Intimate abuse is hard to talk about; it is an extremely sensitive and taboo area.   In marriage, we are responsible to each other as partners in a loving relationship of rayim v’ahuvim (loving companions).  This explains why intimate abuse is one of the most difficult aspects of domestic violence to recognize and address.   

 

Abusive relationships are defined by an ongoing pattern of coercive behaviors in which one person uses against the other to obtain and maintain power and control. There are many ways this can happen.  We often speak about physical abuse, when there is intentional and unwanted contact which injures or emotional abuse, where verbal tactics are used to control the victim. The notion of intimate abuse within marriage is harder to grasp. It feels complicated.   

 

People do not generally discuss the intimate areas of their marriage; this is even truer in Orthodox religious communities, where discussion is muted because of our attention to modesty and tznius.  This challenge is compounded by the fact that community members often marry young.  Couples in our communities may not have an understanding of what constitutes “normal” and “consensual” and may not have anyone to ask, or anywhere to turn.

 

Sometimes, there is actual physical force or the threat of physical force. Other times, there is social coercion. Women describe feeling forced by their understanding of their role as a wife, and as a woman. As a client once expressed – “He is my husband and I am his wife, and I am obligated to satisfy him, even when I feel violated, humiliated and ashamed.”

 

Women hesitate to report this abuse for many reasons. They may not recognize it, and are confused by their role and marital responsibilities. They may feel very loyal to their husband, and accusing him feels much worse than describing the other types of abuse.
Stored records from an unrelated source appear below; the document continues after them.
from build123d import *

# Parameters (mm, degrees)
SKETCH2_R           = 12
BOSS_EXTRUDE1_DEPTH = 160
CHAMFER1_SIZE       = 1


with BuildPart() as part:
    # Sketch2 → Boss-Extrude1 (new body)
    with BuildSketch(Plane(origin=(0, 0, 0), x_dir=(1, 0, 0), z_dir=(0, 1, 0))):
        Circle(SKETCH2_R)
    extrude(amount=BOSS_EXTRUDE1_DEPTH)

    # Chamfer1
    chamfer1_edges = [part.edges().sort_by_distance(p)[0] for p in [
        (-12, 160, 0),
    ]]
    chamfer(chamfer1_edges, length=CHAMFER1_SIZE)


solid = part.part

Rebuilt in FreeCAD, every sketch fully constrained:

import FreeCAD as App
import Part
import Sketcher


def edges_at(feature, points):
    """Names of the edges that pass closest to the given points."""
    edges = feature.Shape.Edges
    near = lambda p: min(range(len(edges)), key=lambda i: edges[i].distToShape(Part.Vertex(*p))[0])
    return sorted({f"Edge{near(p) + 1}" for p in points})

doc = App.newDocument("Part")
params = doc.addObject("Spreadsheet::Sheet", "Params")
for row, (alias, value) in enumerate([
    ("sketch1_diameter", "24 mm"),
    ("pad1_length", "160 mm"),
    ("chamfer_size", "1 mm"),
], start=1):
    params.set(f"A{row}", alias)
    params.set(f"B{row}", "=" + value)
    params.setAlias(f"B{row}", alias)

body = doc.addObject("PartDesign::Body", "Body")

# Sketch on XZ plane
sketch1 = body.newObject("Sketcher::SketchObject", "Sketch")
sketch1.AttachmentSupport = (doc.getObject("XZ_Plane"), [""])
sketch1.MapMode = "FlatFace"
sketch1.addGeometry(Part.Circle(App.Vector(0, 0, 0), App.Vector(0, 0, 1), 12), False)
sketch1.addConstraint(Sketcher.Constraint("Coincident", 0, 3, -1, 1))
sketch1.addConstraint(Sketcher.Constraint("Diameter", 0, 24.0))
sketch1.setExpression("Constraints[1]", "Params.sketch1_diameter")
pad1 = body.newObject("PartDesign::Pad", "Pad")
pad1.Profile = sketch1
pad1.setExpression("Length", "Params.pad1_length")
pad1.Reversed = True
doc.recompute()

chamfer = body.newObject("PartDesign::Chamfer", "Chamfer")
chamfer.Base = (pad1, edges_at(pad1, [(-12, 160, 0)]))
chamfer.setExpression("Size", "Params.chamfer_size")

doc.recompute()
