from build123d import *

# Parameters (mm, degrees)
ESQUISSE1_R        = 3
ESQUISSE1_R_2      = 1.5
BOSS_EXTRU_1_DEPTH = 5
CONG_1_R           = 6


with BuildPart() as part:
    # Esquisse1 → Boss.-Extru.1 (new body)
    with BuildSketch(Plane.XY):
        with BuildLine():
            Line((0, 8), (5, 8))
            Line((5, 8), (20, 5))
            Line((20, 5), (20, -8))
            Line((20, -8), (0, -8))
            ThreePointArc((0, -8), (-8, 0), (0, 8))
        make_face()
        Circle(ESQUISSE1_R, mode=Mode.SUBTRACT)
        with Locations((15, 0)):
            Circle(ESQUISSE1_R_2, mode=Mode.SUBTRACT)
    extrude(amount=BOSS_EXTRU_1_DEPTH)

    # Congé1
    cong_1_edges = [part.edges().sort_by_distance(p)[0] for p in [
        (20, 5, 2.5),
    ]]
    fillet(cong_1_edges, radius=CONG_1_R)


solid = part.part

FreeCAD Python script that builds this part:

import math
import FreeCAD as App
import Part
import Sketcher


def edges_at(feature, points):
    """Names of the edges that pass closest to the given points."""
    edges = feature.Shape.Edges
    near = lambda p: min(range(len(edges)), key=lambda i: edges[i].distToShape(Part.Vertex(*p))[0])
    return sorted({f"Edge{near(p) + 1}" for p in points})

doc = App.newDocument("Part")
body = doc.addObject("PartDesign::Body", "Body")

# Sketch on XY plane
sketch1 = body.newObject("Sketcher::SketchObject", "Sketch")
sketch1.AttachmentSupport = (doc.getObject("XY_Plane"), [""])
sketch1.MapMode = "FlatFace"
sketch1.addGeometry(Part.LineSegment(App.Vector(5, 8, 0), App.Vector(0, 8, 0)), False)
sketch1.addGeometry(Part.ArcOfCircle(Part.Circle(App.Vector(0, 0, 0), App.Vector(0, 0, 1), 8), math.radians(90), math.radians(270)), False)
sketch1.addGeometry(Part.LineSegment(App.Vector(0, -8, 0), App.Vector(20, -8, 0)), False)
sketch1.addGeometry(Part.LineSegment(App.Vector(20, -8, 0), App.Vector(20, 5, 0)), False)
sketch1.addGeometry(Part.LineSegment(App.Vector(20, 5, 0), App.Vector(5, 8, 0)), False)
sketch1.addGeometry(Part.Circle(App.Vector(15, 0, 0), App.Vector(0, 0, 1), 1.5), False)
sketch1.addGeometry(Part.Circle(App.Vector(0, 0, 0), App.Vector(0, 0, 1), 3), False)
sketch1.addConstraint(Sketcher.Constraint("Tangent", 0, 2, 1, 1))
sketch1.addConstraint(Sketcher.Constraint("Tangent", 1, 2, 2, 1))
sketch1.addConstraint(Sketcher.Constraint("Coincident", 2, 2, 3, 1))
sketch1.addConstraint(Sketcher.Constraint("Coincident", 3, 2, 4, 1))
sketch1.addConstraint(Sketcher.Constraint("Coincident", 4, 2, 0, 1))
sketch1.addConstraint(Sketcher.Constraint("Horizontal", 0))
sketch1.addConstraint(Sketcher.Constraint("Horizontal", 2))
sketch1.addConstraint(Sketcher.Constraint("Vertical", 3))
sketch1.addConstraint(Sketcher.Constraint("Coincident", 1, 3, -1, 1))
sketch1.addConstraint(Sketcher.Constraint("Coincident", 6, 3, -1, 1))
sketch1.addConstraint(Sketcher.Constraint("PointOnObject", 5, 3, -1))
sketch1.addConstraint(Sketcher.Constraint("Diameter", 5, 3.0))
sketch1.addConstraint(Sketcher.Constraint("Diameter", 6, 6.0))
sketch1.addConstraint(Sketcher.Constraint("Radius", 1, 8.0))
sketch1.addConstraint(Sketcher.Constraint("DistanceX", 0, 2, 0, 1, 5.0))
sketch1.addConstraint(Sketcher.Constraint("DistanceX", 2, 1, 2, 2, 20.0))
sketch1.addConstraint(Sketcher.Constraint("DistanceY", 3, 1, 3, 2, 13.0))
sketch1.addConstraint(Sketcher.Constraint("DistanceX", -1, 1, 5, 3, 15.0))
pad1 = body.newObject("PartDesign::Pad", "Pad")
pad1.Profile = sketch1
pad1.Length = 5
doc.recompute()

fillet = body.newObject("PartDesign::Fillet", "Fillet")
fillet.Base = (pad1, edges_at(pad1, [(20, 5, 2.5)]))
fillet.Radius = 6

doc.recompute()
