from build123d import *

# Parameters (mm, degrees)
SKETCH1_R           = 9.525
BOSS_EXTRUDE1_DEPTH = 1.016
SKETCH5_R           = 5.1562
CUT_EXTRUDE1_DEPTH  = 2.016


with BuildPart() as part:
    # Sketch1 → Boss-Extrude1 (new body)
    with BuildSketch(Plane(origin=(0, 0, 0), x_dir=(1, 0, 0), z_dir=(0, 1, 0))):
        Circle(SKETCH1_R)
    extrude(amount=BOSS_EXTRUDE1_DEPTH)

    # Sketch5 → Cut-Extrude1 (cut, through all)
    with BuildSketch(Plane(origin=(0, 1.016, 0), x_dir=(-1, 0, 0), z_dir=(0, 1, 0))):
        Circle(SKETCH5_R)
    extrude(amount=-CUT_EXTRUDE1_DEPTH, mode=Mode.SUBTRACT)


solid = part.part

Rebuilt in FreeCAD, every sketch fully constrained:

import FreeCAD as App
import Part
import Sketcher
from FreeCAD import Vector
Q = App.Units.Quantity

doc = App.newDocument("Part")
body = doc.addObject("PartDesign::Body", "Body")

# Sketch on XZ plane
sketch1 = body.newObject("Sketcher::SketchObject", "Sketch")
sketch1.AttachmentSupport = (doc.getObject("XZ_Plane"), [""])
sketch1.MapMode = "FlatFace"
sketch1.addGeometry(Part.Circle(Vector(0, 0, 0), Vector(0, 0, 1), 10), False)
sketch1.addConstraint([
    Sketcher.Constraint("Coincident", 0, 3, -1, 1),
    Sketcher.Constraint("Diameter", 0, Q("0.75 in")),
])
pad1 = body.newObject("PartDesign::Pad", "Pad")
pad1.Profile = sketch1
pad1.Length = Q("0.04 in")
pad1.Reversed = True

# Sketch on XZ plane
sketch2 = body.newObject("Sketcher::SketchObject", "Sketch001")
sketch2.AttachmentSupport = (doc.getObject("XZ_Plane"), [""])
sketch2.MapMode = "FlatFace"
sketch2.AttachmentOffset = App.Placement(Vector(0, 0, -0.04 * 25.4), App.Rotation())
sketch2.addGeometry(Part.Circle(Vector(0, 0, 0), Vector(0, 0, 1), 5), False)
sketch2.addConstraint([
    Sketcher.Constraint("Coincident", 0, 3, -1, 1),
    Sketcher.Constraint("Diameter", 0, Q("0.406 in")),
])
pocket1 = body.newObject("PartDesign::Pocket", "Pocket")
pocket1.Profile = sketch2
pocket1.Type = "ThroughAll"
pocket1.Reversed = True

doc.recompute()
Some women don’t want to acknowledge it because they don’t want to see themselves as a “victims.”

 

This form of abuse has many negative outcomes including physical and psychological injuries and pain. These assaults take on a spiritual impact. Women often feel that not only were they physically assaulted, but that their soul has been damaged.  A part of them, that is so sacred, is demeaned and violated.

 

Our hope is that we can give voice to this silenced experience and bear witness to those suffering. We also need to prevent this abuse. We need to find more ways to talk about healthy relationships. This is challenging because we value modesty and respect the sanctity of marriage, but the absence of this discussion silences victims and inadvertently sanctions the abuse. Torah values promote beautiful, mutually satisfying marital intimacy.Let’s create a space for these challenging discussions so that the most sacred aspects of marriage are not a platform for abuse.